Generalnie to co mi dolega aktualnie, można porównać do tego co mi dolegało dzień po paleniu, tylko wtedy minęło w paręnaście godzin a teraz się utrzymuje, sam już nie wiem co o tym myśleć hehe, w sierpniu mam wizytę u neurologo-psychiatry, może on coś więcej zdziała :)
ogólnie to jestem już strasznie tym wymęczony psychicznie, w końcu rok to dość chyba sporo, a jeszcze nie wiadomo ile przede mną, chciałbym w końcu pełną piersią odetchnąć :) często chce to zakończyć, ale boję się tego co jest po 2 stronie :P, zresztą powiedziałem, ze tego nie zrobię i tak też będzie : ))

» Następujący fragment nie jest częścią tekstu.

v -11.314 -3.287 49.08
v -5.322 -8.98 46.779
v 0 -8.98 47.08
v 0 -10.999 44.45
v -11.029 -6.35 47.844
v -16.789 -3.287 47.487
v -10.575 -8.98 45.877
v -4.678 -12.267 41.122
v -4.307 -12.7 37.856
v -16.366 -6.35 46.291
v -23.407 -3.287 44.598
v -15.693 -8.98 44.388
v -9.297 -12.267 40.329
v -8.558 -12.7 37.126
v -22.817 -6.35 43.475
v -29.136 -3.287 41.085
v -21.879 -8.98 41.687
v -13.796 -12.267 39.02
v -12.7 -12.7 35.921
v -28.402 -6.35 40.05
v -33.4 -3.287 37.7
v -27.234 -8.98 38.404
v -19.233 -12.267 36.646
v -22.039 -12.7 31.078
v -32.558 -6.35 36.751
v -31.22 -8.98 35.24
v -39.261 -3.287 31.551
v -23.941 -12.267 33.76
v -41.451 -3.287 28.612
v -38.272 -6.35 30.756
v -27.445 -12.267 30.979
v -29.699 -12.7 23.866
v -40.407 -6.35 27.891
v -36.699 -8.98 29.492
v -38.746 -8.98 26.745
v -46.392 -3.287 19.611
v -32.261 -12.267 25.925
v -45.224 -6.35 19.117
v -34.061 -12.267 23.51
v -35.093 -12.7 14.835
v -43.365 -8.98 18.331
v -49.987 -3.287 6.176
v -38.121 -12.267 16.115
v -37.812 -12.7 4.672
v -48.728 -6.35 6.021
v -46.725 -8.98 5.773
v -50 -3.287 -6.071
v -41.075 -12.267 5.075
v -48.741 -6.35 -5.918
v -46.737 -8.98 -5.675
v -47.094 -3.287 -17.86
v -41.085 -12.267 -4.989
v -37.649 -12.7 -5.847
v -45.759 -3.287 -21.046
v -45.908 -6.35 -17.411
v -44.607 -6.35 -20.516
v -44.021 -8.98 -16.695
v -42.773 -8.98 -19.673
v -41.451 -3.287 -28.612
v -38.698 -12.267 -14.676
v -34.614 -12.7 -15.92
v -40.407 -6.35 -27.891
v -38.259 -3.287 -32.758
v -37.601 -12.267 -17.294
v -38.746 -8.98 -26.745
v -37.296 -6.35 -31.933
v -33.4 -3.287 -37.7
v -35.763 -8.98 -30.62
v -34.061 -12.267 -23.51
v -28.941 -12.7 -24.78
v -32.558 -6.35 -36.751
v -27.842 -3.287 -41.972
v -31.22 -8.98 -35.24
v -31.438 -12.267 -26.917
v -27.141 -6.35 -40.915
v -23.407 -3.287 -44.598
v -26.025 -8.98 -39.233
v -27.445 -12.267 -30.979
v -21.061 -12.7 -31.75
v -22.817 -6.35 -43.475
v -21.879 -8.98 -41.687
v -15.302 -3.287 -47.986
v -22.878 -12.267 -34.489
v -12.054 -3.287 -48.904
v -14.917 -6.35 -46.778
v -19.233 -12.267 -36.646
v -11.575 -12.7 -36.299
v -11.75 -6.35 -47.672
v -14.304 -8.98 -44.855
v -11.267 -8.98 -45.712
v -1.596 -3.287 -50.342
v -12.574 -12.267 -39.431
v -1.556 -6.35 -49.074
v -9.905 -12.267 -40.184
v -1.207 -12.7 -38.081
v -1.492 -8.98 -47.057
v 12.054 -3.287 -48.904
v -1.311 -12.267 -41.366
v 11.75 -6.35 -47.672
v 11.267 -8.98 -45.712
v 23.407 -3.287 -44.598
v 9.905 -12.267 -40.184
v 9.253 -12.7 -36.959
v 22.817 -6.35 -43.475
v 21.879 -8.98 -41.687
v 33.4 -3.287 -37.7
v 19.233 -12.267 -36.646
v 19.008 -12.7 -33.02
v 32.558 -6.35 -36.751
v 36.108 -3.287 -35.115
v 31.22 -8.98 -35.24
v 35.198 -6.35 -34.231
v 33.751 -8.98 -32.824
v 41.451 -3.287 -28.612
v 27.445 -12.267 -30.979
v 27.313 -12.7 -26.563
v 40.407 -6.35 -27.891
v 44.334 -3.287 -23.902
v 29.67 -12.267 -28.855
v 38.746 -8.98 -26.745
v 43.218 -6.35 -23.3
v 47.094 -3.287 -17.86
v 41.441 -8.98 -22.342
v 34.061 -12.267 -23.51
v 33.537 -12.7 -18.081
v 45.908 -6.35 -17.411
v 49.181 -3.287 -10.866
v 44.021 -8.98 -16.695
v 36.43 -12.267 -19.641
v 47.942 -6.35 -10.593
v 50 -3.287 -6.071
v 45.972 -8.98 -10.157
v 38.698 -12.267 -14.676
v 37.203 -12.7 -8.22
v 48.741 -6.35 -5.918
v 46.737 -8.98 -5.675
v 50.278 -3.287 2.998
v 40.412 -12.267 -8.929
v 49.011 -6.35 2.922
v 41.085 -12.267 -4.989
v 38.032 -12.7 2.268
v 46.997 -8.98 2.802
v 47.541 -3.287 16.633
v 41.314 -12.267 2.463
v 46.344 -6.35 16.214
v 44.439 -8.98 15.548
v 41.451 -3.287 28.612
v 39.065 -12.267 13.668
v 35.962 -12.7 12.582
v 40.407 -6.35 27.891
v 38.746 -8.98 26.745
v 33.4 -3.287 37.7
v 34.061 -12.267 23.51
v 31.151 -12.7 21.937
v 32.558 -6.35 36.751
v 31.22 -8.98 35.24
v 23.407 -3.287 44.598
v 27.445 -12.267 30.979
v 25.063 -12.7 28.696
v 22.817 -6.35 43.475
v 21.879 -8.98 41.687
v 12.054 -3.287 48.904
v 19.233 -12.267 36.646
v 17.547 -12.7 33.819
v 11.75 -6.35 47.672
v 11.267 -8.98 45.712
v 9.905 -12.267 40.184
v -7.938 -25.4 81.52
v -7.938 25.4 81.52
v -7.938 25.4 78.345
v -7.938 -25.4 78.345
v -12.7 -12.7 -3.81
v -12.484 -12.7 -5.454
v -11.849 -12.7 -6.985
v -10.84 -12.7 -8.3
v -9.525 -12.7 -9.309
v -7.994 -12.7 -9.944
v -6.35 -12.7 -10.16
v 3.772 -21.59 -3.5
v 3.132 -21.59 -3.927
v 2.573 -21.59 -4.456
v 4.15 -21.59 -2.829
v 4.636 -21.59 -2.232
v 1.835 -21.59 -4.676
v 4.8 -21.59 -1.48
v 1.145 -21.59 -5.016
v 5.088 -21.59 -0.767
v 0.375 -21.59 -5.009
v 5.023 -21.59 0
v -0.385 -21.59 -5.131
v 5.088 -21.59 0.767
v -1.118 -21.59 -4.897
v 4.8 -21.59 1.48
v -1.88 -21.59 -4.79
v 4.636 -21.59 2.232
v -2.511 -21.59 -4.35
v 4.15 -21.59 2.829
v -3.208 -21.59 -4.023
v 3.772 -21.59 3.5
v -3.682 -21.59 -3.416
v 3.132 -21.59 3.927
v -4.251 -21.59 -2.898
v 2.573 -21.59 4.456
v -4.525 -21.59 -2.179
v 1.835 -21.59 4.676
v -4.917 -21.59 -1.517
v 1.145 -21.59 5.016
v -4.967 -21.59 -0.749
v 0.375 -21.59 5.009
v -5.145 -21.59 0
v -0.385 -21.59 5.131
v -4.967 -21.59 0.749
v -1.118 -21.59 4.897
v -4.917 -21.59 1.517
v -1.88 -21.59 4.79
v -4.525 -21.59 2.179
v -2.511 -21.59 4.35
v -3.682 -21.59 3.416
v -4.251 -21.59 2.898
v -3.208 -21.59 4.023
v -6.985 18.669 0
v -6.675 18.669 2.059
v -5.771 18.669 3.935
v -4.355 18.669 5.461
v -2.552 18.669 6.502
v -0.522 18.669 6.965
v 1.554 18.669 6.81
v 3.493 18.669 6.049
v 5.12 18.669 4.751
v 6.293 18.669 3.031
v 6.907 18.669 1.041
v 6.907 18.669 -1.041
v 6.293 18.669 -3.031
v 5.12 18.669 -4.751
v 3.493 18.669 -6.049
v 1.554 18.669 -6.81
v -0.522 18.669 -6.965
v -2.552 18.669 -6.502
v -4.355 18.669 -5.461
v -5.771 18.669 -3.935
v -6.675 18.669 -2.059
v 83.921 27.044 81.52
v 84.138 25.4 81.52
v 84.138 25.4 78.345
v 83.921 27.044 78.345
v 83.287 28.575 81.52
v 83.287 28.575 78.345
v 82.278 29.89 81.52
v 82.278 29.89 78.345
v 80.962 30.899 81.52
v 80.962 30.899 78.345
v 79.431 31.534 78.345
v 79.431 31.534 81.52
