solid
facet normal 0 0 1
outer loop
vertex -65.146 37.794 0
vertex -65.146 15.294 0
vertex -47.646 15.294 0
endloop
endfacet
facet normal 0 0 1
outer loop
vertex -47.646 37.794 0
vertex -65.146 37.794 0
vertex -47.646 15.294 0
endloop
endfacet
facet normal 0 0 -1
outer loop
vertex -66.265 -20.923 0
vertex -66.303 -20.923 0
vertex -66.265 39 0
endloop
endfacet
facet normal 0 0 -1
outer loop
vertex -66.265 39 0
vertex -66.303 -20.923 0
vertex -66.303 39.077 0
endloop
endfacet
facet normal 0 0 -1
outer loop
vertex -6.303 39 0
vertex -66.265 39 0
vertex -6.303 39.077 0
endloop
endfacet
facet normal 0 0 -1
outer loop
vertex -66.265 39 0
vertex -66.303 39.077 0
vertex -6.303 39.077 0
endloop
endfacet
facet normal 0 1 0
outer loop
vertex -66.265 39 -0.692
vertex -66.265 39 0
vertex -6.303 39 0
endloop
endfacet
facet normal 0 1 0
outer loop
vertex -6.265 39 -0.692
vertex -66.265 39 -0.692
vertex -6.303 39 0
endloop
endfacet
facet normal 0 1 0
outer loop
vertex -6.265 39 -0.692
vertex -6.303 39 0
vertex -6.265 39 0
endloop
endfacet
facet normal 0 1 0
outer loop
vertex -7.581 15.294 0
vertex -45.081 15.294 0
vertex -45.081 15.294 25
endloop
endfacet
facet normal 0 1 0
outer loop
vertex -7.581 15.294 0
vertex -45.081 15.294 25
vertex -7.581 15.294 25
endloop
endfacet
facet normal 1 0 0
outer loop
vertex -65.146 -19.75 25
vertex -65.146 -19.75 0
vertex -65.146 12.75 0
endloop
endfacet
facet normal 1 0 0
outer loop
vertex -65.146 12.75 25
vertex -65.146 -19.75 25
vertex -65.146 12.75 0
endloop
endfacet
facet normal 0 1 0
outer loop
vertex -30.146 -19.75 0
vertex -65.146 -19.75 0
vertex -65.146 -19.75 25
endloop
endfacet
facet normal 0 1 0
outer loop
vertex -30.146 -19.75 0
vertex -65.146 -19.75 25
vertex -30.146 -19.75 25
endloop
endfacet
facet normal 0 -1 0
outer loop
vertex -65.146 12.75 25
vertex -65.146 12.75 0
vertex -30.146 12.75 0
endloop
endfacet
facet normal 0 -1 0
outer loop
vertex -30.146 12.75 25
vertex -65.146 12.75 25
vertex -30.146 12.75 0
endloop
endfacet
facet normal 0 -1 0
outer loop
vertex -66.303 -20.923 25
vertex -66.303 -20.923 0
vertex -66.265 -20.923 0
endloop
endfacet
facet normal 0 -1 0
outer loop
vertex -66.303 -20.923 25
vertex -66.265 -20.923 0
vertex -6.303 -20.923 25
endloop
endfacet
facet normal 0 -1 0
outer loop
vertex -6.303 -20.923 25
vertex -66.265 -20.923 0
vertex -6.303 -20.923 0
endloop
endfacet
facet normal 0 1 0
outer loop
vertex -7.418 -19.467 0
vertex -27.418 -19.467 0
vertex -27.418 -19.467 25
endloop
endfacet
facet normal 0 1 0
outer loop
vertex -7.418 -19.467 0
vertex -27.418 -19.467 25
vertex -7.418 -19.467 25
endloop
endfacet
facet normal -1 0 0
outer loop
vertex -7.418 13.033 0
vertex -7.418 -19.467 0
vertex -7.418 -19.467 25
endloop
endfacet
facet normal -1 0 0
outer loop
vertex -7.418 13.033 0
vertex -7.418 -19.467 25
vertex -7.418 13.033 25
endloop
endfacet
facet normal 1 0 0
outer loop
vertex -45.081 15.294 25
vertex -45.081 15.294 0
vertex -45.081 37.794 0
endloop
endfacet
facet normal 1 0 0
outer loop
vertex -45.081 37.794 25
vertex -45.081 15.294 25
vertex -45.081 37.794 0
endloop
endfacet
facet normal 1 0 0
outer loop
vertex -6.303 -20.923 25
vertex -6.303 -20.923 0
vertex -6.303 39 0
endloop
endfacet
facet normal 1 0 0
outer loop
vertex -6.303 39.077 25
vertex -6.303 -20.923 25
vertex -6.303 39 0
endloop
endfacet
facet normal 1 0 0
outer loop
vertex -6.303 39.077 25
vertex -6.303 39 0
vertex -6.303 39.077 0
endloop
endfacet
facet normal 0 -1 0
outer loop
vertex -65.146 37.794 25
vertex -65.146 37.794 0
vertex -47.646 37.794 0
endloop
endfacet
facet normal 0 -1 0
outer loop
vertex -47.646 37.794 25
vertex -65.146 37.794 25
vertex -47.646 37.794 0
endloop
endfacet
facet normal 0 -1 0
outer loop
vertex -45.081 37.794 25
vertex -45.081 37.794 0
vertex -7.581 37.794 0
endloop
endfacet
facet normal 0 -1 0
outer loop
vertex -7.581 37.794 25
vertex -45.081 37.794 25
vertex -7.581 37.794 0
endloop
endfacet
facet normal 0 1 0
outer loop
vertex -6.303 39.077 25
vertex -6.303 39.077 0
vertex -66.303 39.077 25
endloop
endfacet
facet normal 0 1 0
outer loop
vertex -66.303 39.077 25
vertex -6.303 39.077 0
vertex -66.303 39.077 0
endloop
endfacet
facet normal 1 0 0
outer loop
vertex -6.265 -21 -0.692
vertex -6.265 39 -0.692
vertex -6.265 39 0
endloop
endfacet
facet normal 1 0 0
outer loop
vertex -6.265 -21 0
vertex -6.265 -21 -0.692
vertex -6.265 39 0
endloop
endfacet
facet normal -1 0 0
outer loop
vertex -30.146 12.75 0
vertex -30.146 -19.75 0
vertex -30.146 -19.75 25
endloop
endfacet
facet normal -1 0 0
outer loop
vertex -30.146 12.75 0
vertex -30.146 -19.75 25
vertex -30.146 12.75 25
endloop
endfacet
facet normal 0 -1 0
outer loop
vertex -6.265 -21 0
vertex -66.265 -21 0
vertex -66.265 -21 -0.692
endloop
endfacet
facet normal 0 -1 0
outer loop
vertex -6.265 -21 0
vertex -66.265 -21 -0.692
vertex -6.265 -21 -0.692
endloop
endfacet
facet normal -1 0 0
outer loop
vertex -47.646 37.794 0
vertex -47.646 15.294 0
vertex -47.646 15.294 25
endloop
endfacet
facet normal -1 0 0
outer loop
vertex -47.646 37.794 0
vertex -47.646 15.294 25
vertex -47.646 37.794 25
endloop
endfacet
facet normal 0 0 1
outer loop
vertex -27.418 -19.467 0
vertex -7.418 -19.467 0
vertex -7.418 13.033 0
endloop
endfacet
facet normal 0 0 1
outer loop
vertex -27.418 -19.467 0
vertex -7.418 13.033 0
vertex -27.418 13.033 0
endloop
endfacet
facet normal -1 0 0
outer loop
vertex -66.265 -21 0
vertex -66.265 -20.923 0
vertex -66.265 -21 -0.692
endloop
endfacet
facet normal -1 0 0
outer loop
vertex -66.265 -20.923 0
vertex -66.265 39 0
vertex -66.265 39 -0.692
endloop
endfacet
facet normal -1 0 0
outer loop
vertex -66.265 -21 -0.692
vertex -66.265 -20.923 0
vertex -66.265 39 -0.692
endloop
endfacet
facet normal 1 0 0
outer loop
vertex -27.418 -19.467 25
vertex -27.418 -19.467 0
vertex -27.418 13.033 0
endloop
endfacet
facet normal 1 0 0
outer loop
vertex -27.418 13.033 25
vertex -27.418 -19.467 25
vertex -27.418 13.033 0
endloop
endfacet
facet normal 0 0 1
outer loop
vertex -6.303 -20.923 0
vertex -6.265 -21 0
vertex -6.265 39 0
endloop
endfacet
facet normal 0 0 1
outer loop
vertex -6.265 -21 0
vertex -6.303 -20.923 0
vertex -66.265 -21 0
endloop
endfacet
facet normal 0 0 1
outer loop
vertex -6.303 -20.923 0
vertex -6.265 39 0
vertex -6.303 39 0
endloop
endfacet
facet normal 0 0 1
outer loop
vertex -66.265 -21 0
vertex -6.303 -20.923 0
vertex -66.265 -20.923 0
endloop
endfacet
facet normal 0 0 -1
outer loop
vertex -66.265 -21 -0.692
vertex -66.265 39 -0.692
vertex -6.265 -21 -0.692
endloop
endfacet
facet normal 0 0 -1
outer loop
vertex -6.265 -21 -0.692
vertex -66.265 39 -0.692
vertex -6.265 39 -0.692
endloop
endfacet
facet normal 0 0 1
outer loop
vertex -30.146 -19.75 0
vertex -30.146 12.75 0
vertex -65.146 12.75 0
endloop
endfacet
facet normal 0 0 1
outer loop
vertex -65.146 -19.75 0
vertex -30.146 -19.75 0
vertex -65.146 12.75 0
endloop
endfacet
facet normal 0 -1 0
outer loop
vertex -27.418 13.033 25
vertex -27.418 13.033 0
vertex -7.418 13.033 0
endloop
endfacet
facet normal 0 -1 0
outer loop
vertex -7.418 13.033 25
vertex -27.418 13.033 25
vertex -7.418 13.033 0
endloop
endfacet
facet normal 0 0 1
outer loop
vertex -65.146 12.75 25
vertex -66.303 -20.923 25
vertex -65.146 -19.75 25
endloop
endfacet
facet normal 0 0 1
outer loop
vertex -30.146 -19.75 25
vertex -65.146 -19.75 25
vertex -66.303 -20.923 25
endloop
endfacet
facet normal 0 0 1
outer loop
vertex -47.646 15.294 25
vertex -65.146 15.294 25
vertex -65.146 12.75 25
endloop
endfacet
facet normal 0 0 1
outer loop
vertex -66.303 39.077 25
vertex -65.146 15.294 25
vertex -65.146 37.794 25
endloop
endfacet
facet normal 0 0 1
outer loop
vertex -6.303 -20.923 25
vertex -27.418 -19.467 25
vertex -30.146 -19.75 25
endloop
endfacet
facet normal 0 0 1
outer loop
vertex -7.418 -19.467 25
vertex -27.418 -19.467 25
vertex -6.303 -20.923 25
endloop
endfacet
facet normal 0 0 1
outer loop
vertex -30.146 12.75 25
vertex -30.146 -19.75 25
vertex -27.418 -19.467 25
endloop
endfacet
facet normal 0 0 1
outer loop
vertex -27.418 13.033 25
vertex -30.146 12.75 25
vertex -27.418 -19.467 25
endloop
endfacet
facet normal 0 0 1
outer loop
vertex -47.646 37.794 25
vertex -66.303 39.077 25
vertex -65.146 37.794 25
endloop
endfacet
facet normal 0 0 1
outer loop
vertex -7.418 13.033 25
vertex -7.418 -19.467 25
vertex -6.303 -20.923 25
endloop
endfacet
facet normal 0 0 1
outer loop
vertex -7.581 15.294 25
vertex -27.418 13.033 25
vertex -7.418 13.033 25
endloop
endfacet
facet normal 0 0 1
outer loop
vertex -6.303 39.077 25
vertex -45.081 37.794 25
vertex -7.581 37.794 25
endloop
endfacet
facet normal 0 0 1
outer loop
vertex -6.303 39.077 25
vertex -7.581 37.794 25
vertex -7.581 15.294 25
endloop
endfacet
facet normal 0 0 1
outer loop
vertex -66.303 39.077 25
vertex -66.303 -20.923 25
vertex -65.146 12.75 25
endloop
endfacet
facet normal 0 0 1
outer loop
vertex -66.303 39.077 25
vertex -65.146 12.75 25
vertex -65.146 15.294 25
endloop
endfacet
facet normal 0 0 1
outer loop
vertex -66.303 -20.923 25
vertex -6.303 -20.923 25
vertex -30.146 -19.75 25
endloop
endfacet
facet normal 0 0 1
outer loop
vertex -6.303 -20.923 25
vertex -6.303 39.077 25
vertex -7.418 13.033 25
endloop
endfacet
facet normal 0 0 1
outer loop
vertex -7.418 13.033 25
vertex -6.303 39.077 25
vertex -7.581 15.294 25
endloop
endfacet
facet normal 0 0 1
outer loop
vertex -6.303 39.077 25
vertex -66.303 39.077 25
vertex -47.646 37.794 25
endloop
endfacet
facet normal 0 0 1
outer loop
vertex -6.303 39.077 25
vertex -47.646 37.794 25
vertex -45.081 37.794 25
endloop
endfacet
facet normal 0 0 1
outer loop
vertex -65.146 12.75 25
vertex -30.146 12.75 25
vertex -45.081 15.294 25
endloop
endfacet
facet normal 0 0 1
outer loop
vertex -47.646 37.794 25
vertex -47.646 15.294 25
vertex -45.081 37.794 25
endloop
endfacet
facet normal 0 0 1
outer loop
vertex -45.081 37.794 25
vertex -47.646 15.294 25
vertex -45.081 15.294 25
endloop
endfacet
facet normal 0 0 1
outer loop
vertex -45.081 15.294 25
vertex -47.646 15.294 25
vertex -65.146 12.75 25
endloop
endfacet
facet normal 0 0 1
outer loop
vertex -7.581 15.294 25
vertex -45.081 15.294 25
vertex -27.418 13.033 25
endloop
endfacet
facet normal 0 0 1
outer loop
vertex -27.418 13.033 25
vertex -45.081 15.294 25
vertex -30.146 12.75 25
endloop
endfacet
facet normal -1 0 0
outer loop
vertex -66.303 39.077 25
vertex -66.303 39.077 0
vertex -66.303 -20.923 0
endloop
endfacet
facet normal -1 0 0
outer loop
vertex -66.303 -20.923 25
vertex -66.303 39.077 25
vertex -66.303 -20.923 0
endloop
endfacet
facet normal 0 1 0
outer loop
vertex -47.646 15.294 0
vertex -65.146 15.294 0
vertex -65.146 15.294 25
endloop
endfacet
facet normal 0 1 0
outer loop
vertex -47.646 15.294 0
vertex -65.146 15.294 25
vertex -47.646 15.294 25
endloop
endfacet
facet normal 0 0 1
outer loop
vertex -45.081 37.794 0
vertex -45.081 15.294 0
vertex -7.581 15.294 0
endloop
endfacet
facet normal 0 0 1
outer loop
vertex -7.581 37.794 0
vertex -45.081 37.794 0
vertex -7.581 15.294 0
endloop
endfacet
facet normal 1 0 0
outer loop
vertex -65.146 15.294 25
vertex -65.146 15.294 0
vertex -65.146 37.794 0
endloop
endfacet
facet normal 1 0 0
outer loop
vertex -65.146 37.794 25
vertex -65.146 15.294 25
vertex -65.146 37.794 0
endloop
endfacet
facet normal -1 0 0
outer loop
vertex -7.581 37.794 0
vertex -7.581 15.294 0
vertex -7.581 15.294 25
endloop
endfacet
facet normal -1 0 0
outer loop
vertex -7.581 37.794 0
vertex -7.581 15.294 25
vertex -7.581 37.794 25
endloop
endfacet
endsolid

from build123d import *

# Parameters (mm, degrees)
F0_W     = 20
F0_H     = 25
F0_W_2   = 17.5
F0_H_2   = 22.5
F0_W_3   = 37.5
F0_W_4   = 35
F0_H_3   = 32.5
F0_W_5   = 22.5
F0_H_4   = 35
F1_DEPTH = 25
F2_W     = 60
F2_H     = 0.691662
F3_DEPTH = 39
F4_DEPTH = 21


with BuildPart() as f1:
    # F0 (on Top) → F1 (new body)
    with BuildSketch(Plane.XY):
        with Locations((-56.303288, 26.577459)):
            Rectangle(F0_W, F0_H)
        with Locations((-56.396089, 26.54361)):
            Rectangle(F0_W_2, F0_H_2, mode=Mode.SUBTRACT)
        Polygon((-6.303288, 39.077459), (-46.303288, 39.077459), (-46.303288, 14.077459), (-28.803288, 14.077459), (-6.303288, 14.077459), align=None)
        with Locations((-26.331019, 26.54361)):
            Rectangle(F0_W_3, F0_H_2, mode=Mode.SUBTRACT)
        Polygon((-28.803288, 14.077459), (-46.303288, 14.077459), (-66.303288, 14.077459), (-66.303288, -20.922541), (-28.803288, -20.922541), align=None)
        with Locations((-47.646089, -3.499608)):
            Rectangle(F0_W_4, F0_H_3, mode=Mode.SUBTRACT)
        with Locations((-17.553288, -3.422541)):
            Rectangle(F0_W_5, F0_H_4)
        with Locations((-17.418107, -3.217003)):
            Rectangle(F0_W, F0_H_3, mode=Mode.SUBTRACT)
    extrude(amount=F1_DEPTH)

    # F2 (on Front) → F3 (join)
    with BuildSketch(Plane.XZ):
        with Locations((-36.265093, -0.345831)):
            Rectangle(F2_W, F2_H)
    extrude(amount=-F3_DEPTH)

    # F3_face (on face) → F4 (join)
    with BuildSketch(Plane(origin=(-36.265093, 0, -0.345831), x_dir=(1, 0, 0), z_dir=(0, -1, 0))):
        Polygon((30, -0.345831), (30, 0.345831), (29.961805, 0.345831), (28.846987, 0.345831), (8.846987, 0.345831), (6.119005, 0.345831), (-28.880995, 0.345831), (-30, 0.345831), (-30, -0.345831), align=None)
    extrude(amount=F4_DEPTH)


solid = f1.part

btw. dziwne jest to uczucie, kiedy pewnego dnia świat staję się nie realny, jednak w miarę się kontaktuje o co biega, jednak z dnia na dzień jest coraz gorzej aż w końcu budzisz się w "obcym" świecie. Tak jakoś mi się przypomniało :)
hmm... jak dla mnie życie jest snem po śnie... po przebudzeniu się z jednego wchodzę w drugi, tylko ten jest zbiorowy... generalnie chodzi o to, że odczuwam przez to wszystko życie teraz jak coś, co zawsze było(nawet przed choroba) złudzeniem, że tak naprawdę wszystko jest iluzją, a obudzimy się z tego (może) w momencie śmierci czy coś... niech to się skończy :/
wątpliwości filozoficzne i brak odpowiedzi na podstawowe pytania na temat świata podkręcają to stan. nienawidzę tego. ludzie którzy wierzą w boga, lub cokolwiek mają łatwiej, 'wiedzą' na czym stoją. a ja jestem tak pełna wątpliwości i nic nie wiem, i przez jaranie czułam się tak totalnie odrealniona.. to forum dużo mi dało ponieważ choć dalej jestem zagubiona, wiem, że z pewnymi rzeczami nie jestem sama.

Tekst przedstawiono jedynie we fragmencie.